In den ersten zwei Maiwochen fanden in Südfrankreich erneut Black-Cat-Guiding-Seminare statt. Zum Anfang der Tour stand die Wassertemperatur noch bei 17 Grad und damit die Laichzeit der Welse knapp vor der Tür. Doch Europa wurde kurz darauf von einer Kältewelle überrollt, viel Regen und kalte Temperaturen brachten die Wassertemperatur der Rhone zum Sinken und das Wasser zum Steigen.

Die Waller verließen ihre Laichplätze und vollzogen eine unglaubliche Fressorgie. Die Teilnehmer der Black-Cat-Guiding-Seminare unter der Leitung von den Teamanglern Stefan Seuß, Benjamin Gründer und Peter Merkel konnten in den folgenden 12 Tagen Massenfänge an Großwelsen erzielen, welche es bis heute an der Rhone nicht gegeben hatte.

Insgesamt wurden 150 Waller gefangen, die größten Fische maßen 252cm mit 106,5 Kilo, 243cm, 242cm, 237cm, 235cm, 233cm, 231cm, gefolgt von vielen Welsen über 220cm. 31 Welse brachen die 2m Marke. Stefan Seuß setzte dem ganzen noch die Sahnehaube auf und fing zusammen mit Kevin Weiß einen der seltensten Fische Südfrankreichs: einen Albino mit 207cm Länge! “In den letzten 20 Jahren wurden ganze fünf weiße Welse in der Petit Rhone gefangen”, teilte der französische Welsexperte Xavier Vella mit. “Der Fang eines solchen Fisches ist wie ein 6er im Lotto.”

Weitere Informationen zu den Black-Cat-Guiding-Seminare unter www. team-black-cat.com






106,5 Kilo bei 252cm Länge; von links Sven Heimer, Guide Peter Merkel und Dieter Schleich






Albino 207cm; von links Kevin Weiß und Guide Stefan Seuß​


----------



## Hyperloop (19. Mai 2010)

*AW: Pressemeldung: Cat-Guidingteam fängt 150 Waller in 12 Tagen*

respeckt jungs 
werdet die geilen tage wahrscheinlich nie wieder vergessen


----------



## EssoxHunt (20. Mai 2010)

*AW: Pressemeldung: Cat-Guidingteam fängt 150 Waller in 12 Tagen*

Absoluter Hammer!
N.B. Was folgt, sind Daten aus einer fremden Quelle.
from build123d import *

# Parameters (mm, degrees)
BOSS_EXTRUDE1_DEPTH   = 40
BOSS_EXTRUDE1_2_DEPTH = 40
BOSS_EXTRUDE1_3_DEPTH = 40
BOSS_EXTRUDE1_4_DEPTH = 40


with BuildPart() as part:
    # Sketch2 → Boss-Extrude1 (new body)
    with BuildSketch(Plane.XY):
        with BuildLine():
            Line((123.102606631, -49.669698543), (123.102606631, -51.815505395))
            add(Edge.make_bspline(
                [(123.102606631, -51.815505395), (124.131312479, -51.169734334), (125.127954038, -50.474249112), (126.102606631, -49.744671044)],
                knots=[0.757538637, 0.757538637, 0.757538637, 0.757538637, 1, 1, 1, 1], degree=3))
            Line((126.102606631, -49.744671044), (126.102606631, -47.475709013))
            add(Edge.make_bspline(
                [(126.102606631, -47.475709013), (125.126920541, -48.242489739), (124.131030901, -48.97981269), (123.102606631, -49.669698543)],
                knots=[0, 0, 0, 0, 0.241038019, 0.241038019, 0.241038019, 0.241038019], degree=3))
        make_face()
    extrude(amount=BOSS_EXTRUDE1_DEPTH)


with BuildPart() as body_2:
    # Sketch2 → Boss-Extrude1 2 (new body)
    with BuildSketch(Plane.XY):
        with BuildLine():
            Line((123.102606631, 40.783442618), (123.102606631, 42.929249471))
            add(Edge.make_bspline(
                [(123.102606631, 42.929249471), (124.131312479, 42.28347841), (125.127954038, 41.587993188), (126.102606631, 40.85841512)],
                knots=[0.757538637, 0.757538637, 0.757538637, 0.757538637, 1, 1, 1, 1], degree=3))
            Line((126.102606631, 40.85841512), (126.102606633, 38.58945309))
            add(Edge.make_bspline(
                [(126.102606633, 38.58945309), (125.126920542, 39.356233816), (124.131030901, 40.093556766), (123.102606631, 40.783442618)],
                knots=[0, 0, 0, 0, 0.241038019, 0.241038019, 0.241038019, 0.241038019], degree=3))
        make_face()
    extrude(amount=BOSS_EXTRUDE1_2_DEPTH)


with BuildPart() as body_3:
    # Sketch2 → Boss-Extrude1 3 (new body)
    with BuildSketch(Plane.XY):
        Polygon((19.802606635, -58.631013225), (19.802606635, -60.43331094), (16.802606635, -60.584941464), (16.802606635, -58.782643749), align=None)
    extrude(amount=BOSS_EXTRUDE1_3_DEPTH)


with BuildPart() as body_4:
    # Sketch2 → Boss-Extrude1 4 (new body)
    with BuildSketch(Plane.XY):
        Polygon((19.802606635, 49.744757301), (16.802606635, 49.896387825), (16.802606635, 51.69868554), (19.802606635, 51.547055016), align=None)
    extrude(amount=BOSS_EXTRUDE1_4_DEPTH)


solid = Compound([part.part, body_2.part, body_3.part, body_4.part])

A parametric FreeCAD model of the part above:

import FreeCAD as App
import Part
import Sketcher


def add_polygon(sketch, points):
    """Adds a closed chain of lines whose ends are joined by coincident constraints."""
    first, n = sketch.GeometryCount, len(points)
    for a, b in zip(points, points[1:] + points[:1]):
        sketch.addGeometry(Part.LineSegment(App.Vector(*a, 0), App.Vector(*b, 0)), False)
    for i in range(n):
        sketch.addConstraint(Sketcher.Constraint("Coincident", first + i, 2, first + (i + 1) % n, 1))

doc = App.newDocument("Part")
body = doc.addObject("PartDesign::Body", "Body")

sketch1 = body.newObject("Sketcher::SketchObject", "Sketch")
sketch1.AttachmentSupport = (doc.getObject("XY_Plane"), [""])
sketch1.MapMode = "FlatFace"
sketch1.addGeometry([
    Part.LineSegment(App.Vector(123.102607, -49.669699, 0), App.Vector(123.102607, -51.815505, 0)),
    Part.BSplineCurve([App.Vector(123.102607, -51.815505, 0), App.Vector(124.131312, -51.169734, 0), App.Vector(125.127954, -50.474249, 0), App.Vector(126.102607, -49.744671, 0)], [4, 4], [0.757538637, 1], False, 3, [1, 1, 1, 1], False),
    Part.LineSegment(App.Vector(126.102607, -49.744671, 0), App.Vector(126.102607, -47.475709, 0)),
    Part.BSplineCurve([App.Vector(126.102607, -47.475709, 0), App.Vector(125.126921, -48.24249, 0), App.Vector(124.131031, -48.979813, 0), App.Vector(123.102607, -49.669699, 0)], [4, 4], [0, 0.241038019], False, 3, [1, 1, 1, 1], False),
], False)
sketch1.addConstraint([
    Sketcher.Constraint("Block", 1),
    Sketcher.Constraint("Block", 3),
    Sketcher.Constraint("Coincident", 0, 2, 1, 1),
    Sketcher.Constraint("Coincident", 1, 2, 2, 1),
    Sketcher.Constraint("Coincident", 2, 2, 3, 1),
    Sketcher.Constraint("Coincident", 3, 2, 0, 1),
])
pad1 = body.newObject("PartDesign::Pad", "Pad")
pad1.Profile = sketch1
pad1.Length = 40
body2 = doc.addObject("PartDesign::Body", "Body001")

sketch2 = body2.newObject("Sketcher::SketchObject", "Sketch001")
sketch2.AttachmentSupport = (doc.getObject("XY_Plane001"), [""])
sketch2.MapMode = "FlatFace"
sketch2.addGeometry([
    Part.LineSegment(App.Vector(123.102607, 42.929249, 0), App.Vector(123.102607, 40.783443, 0)),
    Part.BSplineCurve([App.Vector(126.102607, 38.589453, 0), App.Vector(125.126921, 39.356234, 0), App.Vector(124.131031, 40.093557, 0), App.Vector(123.102607, 40.783443, 0)], [4, 4], [0, 0.241038019], False, 3, [1, 1, 1, 1], False),
    Part.LineSegment(App.Vector(126.102607, 38.589453, 0), App.Vector(126.102607, 40.858415, 0)),
    Part.BSplineCurve([App.Vector(123.102607, 42.929249, 0), App.Vector(124.131312, 42.283478, 0), App.Vector(125.127954, 41.587993, 0), App.Vector(126.102607, 40.858415, 0)], [4, 4], [0.757538637, 1], False, 3, [1, 1, 1, 1], False),
], False)
sketch2.addConstraint([
    Sketcher.Constraint("Block", 1),
    Sketcher.Constraint("Block", 3),
    Sketcher.Constraint("Coincident", 0, 2, 1, 2),
    Sketcher.Constraint("Coincident", 1, 1, 2, 1),
    Sketcher.Constraint("Coincident", 2, 2, 3, 2),
    Sketcher.Constraint("Coincident", 3, 1, 0, 1),
])
pad2 = body2.newObject("PartDesign::Pad", "Pad001")
pad2.Profile = sketch2
pad2.Length = 40
body3 = doc.addObject("PartDesign::Body", "Body002")

sketch3 = body3.newObject("Sketcher::SketchObject", "Sketch002")
sketch3.AttachmentSupport = (doc.getObject("XY_Plane002"), [""])
sketch3.MapMode = "FlatFace"
add_polygon(sketch3, [(19.8, -60.4), (19.8, -58.6), (16.8, -58.8), (16.8, -60.6)])
sketch3.addConstraint([
    Sketcher.Constraint("Vertical", 0),
    Sketcher.Constraint("Vertical", 2),
    Sketcher.Constraint("Parallel", 1, 3),
    Sketcher.Constraint("DistanceX", 1, 2, 0, 2, 3.0),
    Sketcher.Constraint("Distance", 1, 3.00383),
    Sketcher.Constraint("DistanceY", 0, 1, 0, 2, 1.802298),
    Sketcher.Constraint("DistanceY", 2, 2, -1, 1, 60.584941),
    Sketcher.Constraint("DistanceX", -1, 1, 0, 2, 19.802607),
])
pad3 = body3.newObject("PartDesign::Pad", "Pad002")
pad3.Profile = sketch3
pad3.Length = 40
body4 = doc.addObject("PartDesign::Body", "Body003")

sketch4 = body4.newObject("Sketcher::SketchObject", "Sketch003")
sketch4.AttachmentSupport = (doc.getObject("XY_Plane003"), [""])
sketch4.MapMode = "FlatFace"
add_polygon(sketch4, [(16.8, 49.9), (19.8, 49.7), (19.8, 51.5), (16.8, 51.7)])
sketch4.addConstraint([
    Sketcher.Constraint("Vertical", 1),
    Sketcher.Constraint("Vertical", 3),
    Sketcher.Constraint("Parallel", 0, 2),
    Sketcher.Constraint("DistanceX", 2, 2, 1, 2, 3.0),
    Sketcher.Constraint("Distance", 0, 3.00383),
    Sketcher.Constraint("DistanceY", 1, 1, 1, 2, 1.802298),
    Sketcher.Constraint("DistanceX", -1, 1, 0, 2, 19.802607),
    Sketcher.Constraint("DistanceY", -1, 1, 0, 2, 49.744757),
])
pad4 = body4.newObject("PartDesign::Pad", "Pad003")
pad4.Profile = sketch4
pad4.Length = 40

doc.recompute()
Glückwunsch, besonderst zu den Albino!


----------



## kasi-1 (21. Mai 2010)

*AW: Pressemeldung: Cat-Guidingteam fängt 150 Waller in 12 Tagen*

absolut obergeil der albino davon kann unsereins nur träumen #d

dickes petri allen fängern:vik:

mfg kasi


----------



## 3.2.1.mein Zander (21. Mai 2010)

*AW: Pressemeldung: Cat-Guidingteam fängt 150 Waller in 12 Tagen*

GZ, zu diesen super tollen Sternstunden des Angeln´s.#6


----------



## schadstoff (22. Mai 2010)

*AW: Pressemeldung: Cat-Guidingteam fängt 150 Waller in 12 Tagen*

Der absolute wahnsinn..... da fehlen mir echt die Worte ....n1ce 


#6


----------



## hunz (27. Mai 2010)

*AW: Pressemeldung: Cat-Guidingteam fängt 150 Waller in 12 Tagen*

echt toll, ein Traum


----------



## Patrick S. (28. Mai 2010)

*AW: Pressemeldung: Cat-Guidingteam fängt 150 Waller in 12 Tagen*

Respekt und vor allem Petri Heil an alle Fänger...man kann sich gar nicht satt sehen an den Bildern.


----------



## Kriech (17. Dezember 2011)

*AW: Pressemeldung: Cat-Guidingteam fängt 150 Waller in 12 Tagen*

was für Gesammtkosten sind für die Einzelnen Teilnehmer entstanden??


----------



## Angel-Ralle (20. Dezember 2011)

*AW: Pressemeldung: Cat-Guidingteam fängt 150 Waller in 12 Tagen*



Kriech schrieb:


> was für Gesammtkosten sind für die Einzelnen Teilnehmer entstanden??



... wahrscheinlich gar keine (eher im Gegentum - man wurde noch mit ´nem Gehaltsscheck belohnt) - haben viele "Michel"-Angler mit ihren Gerätekäufen bereits finanziert gehabt! |bla:|bla:|bla:

... war jetzt aber Ironie! #q#c#q


----------



## chxxstxxxx (20. Dezember 2011)

*AW: Pressemeldung: Cat-Guidingteam fängt 150 Waller in 12 Tagen*

http://www.team-black-cat.com/Guiding/Guiding_files/BCGuide2012.pdf


----------



## ActiV (20. Dezember 2011)

*AW: Pressemeldung: Cat-Guidingteam fängt 150 Waller in 12 Tagen*

Nice one! Aber man sollte immer mit Maß entnehmen... *zwinker*

Wieso steht eigentlich "Tostedt." davor? Das ist mir auf der Internetpräsens einer Angelzeitschrift auch bereits aufgefallen? Sitzt dort seit neustem eine Redaktion? Gruß


----------